Much of Washington Square Park will be off-limits this summer to allow for renovations aimed at reducing the site’s water usage by two-thirds.
The children’s playground and recently renovated restrooms will remain open through the summer. But fences have been erected around the rest of the park’s perimeter that are expected to remain in place through the end of 2019 to allow for completion of the $3.1 million improvement project.
The six-month closure will give workers time to replace the park’s irrigation and drainage systems, improve landscaping with drought-tolerant plants, and repave paths to make them ADA compliant.
Construction began on June 20, 2019, and the park is expected to reopen sometime in late December, according to SF Rec and Park deputy director of communications and public affairs Tamara Aparton.
The irrigation system replacement itself is expected to reduce the 1.5 acre park’s annual water usage by two-thirds — from more than 3.3 million gallons to 1.1 million gallons.
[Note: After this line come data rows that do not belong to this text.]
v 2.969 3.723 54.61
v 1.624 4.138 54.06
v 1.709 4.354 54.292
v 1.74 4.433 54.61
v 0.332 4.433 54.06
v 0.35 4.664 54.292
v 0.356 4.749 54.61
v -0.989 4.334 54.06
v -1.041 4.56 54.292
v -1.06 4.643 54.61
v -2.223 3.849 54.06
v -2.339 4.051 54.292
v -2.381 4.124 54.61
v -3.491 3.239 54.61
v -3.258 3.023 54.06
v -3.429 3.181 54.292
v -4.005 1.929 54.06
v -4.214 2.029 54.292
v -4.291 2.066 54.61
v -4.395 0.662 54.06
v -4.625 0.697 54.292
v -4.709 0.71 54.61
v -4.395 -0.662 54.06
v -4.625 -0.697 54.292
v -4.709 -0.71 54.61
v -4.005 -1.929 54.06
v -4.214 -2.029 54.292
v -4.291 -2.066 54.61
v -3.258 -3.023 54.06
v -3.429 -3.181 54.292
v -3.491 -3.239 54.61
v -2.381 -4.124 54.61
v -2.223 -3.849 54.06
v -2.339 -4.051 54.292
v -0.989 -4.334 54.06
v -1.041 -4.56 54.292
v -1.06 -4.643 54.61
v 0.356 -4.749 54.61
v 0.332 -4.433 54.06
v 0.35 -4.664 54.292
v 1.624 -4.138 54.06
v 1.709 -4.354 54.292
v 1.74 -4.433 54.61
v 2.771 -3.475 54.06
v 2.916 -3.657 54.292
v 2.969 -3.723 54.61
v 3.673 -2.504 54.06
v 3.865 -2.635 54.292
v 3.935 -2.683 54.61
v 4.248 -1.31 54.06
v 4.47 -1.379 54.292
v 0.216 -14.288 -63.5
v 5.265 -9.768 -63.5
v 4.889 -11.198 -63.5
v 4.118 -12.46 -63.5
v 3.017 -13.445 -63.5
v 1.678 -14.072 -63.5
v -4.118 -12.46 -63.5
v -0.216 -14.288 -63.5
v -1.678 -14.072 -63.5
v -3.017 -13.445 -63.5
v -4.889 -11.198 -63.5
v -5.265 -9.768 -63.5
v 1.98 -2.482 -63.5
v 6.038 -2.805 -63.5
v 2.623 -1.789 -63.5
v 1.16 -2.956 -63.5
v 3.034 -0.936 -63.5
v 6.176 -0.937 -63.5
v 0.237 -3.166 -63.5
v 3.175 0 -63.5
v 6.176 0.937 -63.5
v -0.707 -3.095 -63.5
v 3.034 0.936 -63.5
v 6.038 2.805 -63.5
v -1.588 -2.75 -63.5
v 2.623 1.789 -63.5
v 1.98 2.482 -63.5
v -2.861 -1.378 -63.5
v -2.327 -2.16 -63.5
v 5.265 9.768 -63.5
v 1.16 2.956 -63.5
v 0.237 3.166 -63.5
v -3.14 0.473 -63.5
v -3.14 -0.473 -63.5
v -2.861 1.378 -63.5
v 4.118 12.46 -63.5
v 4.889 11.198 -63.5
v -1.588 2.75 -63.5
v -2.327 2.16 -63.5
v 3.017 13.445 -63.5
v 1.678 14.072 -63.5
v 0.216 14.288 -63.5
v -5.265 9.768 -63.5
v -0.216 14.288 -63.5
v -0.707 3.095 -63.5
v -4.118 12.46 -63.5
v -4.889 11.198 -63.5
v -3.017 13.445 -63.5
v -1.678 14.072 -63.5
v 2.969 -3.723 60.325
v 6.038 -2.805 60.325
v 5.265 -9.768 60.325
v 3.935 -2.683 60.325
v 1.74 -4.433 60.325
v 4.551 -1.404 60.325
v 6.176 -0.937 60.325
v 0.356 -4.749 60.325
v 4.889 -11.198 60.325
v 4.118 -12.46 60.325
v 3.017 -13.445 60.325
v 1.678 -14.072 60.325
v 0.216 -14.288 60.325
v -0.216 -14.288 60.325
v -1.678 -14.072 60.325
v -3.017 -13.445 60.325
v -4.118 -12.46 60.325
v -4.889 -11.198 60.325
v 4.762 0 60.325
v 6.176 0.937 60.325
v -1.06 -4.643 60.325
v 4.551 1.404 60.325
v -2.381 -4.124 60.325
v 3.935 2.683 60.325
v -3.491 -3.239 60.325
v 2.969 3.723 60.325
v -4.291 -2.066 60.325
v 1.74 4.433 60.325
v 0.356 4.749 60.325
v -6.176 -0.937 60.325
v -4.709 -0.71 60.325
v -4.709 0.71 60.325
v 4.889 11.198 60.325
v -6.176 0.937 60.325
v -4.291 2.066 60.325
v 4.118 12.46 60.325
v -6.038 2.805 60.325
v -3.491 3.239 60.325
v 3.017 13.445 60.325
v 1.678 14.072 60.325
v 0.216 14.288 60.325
It will include weather-sensing components that prevent the system from turning on when the park is already receiving enough water during rainy periods.
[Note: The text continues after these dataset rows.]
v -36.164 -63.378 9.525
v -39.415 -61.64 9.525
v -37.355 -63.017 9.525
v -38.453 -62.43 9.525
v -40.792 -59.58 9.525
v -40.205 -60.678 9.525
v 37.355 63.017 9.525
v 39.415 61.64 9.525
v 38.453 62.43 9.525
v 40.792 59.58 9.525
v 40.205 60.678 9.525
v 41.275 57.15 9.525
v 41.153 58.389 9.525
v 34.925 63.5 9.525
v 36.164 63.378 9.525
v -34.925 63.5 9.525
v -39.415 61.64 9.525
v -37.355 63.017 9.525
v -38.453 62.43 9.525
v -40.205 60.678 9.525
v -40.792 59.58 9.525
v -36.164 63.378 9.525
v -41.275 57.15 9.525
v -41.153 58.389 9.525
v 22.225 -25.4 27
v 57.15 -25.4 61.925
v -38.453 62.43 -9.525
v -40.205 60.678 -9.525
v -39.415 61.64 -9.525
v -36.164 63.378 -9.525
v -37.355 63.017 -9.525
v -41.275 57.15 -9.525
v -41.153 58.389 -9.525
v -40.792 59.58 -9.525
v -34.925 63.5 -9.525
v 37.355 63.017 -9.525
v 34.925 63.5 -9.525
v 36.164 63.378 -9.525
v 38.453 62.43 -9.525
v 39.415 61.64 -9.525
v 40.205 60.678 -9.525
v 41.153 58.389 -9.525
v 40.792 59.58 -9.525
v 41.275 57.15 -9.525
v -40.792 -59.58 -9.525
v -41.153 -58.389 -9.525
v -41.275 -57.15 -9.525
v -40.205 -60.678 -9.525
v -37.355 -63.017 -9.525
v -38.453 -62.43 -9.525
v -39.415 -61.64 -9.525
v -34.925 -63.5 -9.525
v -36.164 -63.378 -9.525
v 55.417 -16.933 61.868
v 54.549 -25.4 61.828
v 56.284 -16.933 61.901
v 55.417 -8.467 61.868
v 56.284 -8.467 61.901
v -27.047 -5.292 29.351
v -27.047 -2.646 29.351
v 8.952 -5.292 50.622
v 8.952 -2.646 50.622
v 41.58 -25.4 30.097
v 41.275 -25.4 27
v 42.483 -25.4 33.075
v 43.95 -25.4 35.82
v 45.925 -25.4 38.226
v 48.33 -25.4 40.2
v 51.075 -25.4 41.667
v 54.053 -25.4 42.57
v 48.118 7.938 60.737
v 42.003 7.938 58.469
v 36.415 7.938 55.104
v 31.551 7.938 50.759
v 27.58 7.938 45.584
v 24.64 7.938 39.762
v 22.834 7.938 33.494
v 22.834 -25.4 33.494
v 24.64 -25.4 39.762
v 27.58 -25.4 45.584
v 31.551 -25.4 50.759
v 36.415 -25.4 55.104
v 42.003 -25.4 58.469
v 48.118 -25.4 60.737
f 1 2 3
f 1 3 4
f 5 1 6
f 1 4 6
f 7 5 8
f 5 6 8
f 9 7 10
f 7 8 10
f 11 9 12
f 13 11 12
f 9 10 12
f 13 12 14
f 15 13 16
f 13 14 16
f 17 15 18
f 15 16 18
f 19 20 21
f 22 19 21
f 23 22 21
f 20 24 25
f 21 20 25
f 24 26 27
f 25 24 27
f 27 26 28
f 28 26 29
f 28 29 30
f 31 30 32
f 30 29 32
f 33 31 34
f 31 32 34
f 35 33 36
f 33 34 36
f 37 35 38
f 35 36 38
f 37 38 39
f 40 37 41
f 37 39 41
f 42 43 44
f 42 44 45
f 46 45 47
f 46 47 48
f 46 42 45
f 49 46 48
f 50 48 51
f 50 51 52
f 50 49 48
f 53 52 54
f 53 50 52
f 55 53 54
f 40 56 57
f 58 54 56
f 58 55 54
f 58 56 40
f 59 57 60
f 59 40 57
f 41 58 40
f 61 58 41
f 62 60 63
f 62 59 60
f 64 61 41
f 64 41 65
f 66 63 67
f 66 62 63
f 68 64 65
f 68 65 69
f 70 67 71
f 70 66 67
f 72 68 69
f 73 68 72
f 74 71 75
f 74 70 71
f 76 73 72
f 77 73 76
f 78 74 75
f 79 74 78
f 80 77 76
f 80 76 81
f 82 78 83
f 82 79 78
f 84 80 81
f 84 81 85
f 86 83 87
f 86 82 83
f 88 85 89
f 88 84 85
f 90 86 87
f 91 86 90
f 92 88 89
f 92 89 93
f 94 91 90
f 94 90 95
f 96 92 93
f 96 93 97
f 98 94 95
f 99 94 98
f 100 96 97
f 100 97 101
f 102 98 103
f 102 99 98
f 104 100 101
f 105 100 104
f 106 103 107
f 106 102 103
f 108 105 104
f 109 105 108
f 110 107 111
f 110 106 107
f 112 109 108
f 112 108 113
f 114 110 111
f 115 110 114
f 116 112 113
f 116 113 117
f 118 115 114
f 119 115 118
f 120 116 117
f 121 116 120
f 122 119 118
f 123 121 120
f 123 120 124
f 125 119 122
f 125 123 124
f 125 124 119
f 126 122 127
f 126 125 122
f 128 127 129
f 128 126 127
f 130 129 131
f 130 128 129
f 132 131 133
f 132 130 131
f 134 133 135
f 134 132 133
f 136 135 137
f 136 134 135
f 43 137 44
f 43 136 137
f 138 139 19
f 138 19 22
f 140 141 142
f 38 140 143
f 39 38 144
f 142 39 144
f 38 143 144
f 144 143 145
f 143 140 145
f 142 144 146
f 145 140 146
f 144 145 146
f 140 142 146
In 2012, the Recreation and Park Department and the SF Public Utilities Commission collaborated to develop a Parks Water Conservation Plan based off a 2009 audit conducted by SFPUC. Washington Square was found to use the most water per acre of all of the city’s parks each year.
The drainage system improvements will address the park’s ongoing problem of over-saturation, making the lawn more accessible (and pleasurable) for sitting and playing.
According to FoundSF and Friends of Washington Square, the park is one of San Francisco’s initial three public squares, dedicated as a public space by the city’s first mayor, John Geary, in 1850. It was initially rectangular, spanning the full block between Powell, Stockton, Filbert, and Union streets, but construction of Columbus Avenue in 1873-1875 cut off a small corner.
The small park at Powell and Columbus, Marini Plaza, will remain open during the Washington Square construction, although one of its trees may be replaced, according to project renderings.
Union Square and Portsmouth Square, the other two initial public spaces in San Francisco, have both been transformed into rooftop parks atop city parking garages.
The Parks Water Conservation Plan identified 11 other parks across the city that have the greatest potential for water savings: Balboa Park, Buena Vista Park, Stern Grove, GGP Panhandle, Larsen Ball Fields, Junipero Serra Playground, Parkside Square, Marina Green, GGP Big Rec, St. Mary’s Park, and James Rolph Park.
Alamo Square underwent a similar irrigation and drainage system upgrade in 2016-2017 at a cost of $5.3 million.
Over $1 million of the funding for the Washington Square Park improvements is coming from the 2012 Rec & Park Bond, but the largest part of the bill is being covered by a $1.4 million one-time line item in the city’s general fund secured by District 3 Supervisor Aaron Peskin. The $625,700 in landscape improvements are being paid for through the SFPUC’s Large Landscape Grant Program.
During the park’s closure, neighbors are encouraged to visit one of the many nearby Rec and Park locations, such as the Michelangelo Playground at Greenwich and Jones, Pioneer Park at Filbert and Kearny, or Joe DiMaggio Playground at Powell and Lombard streets.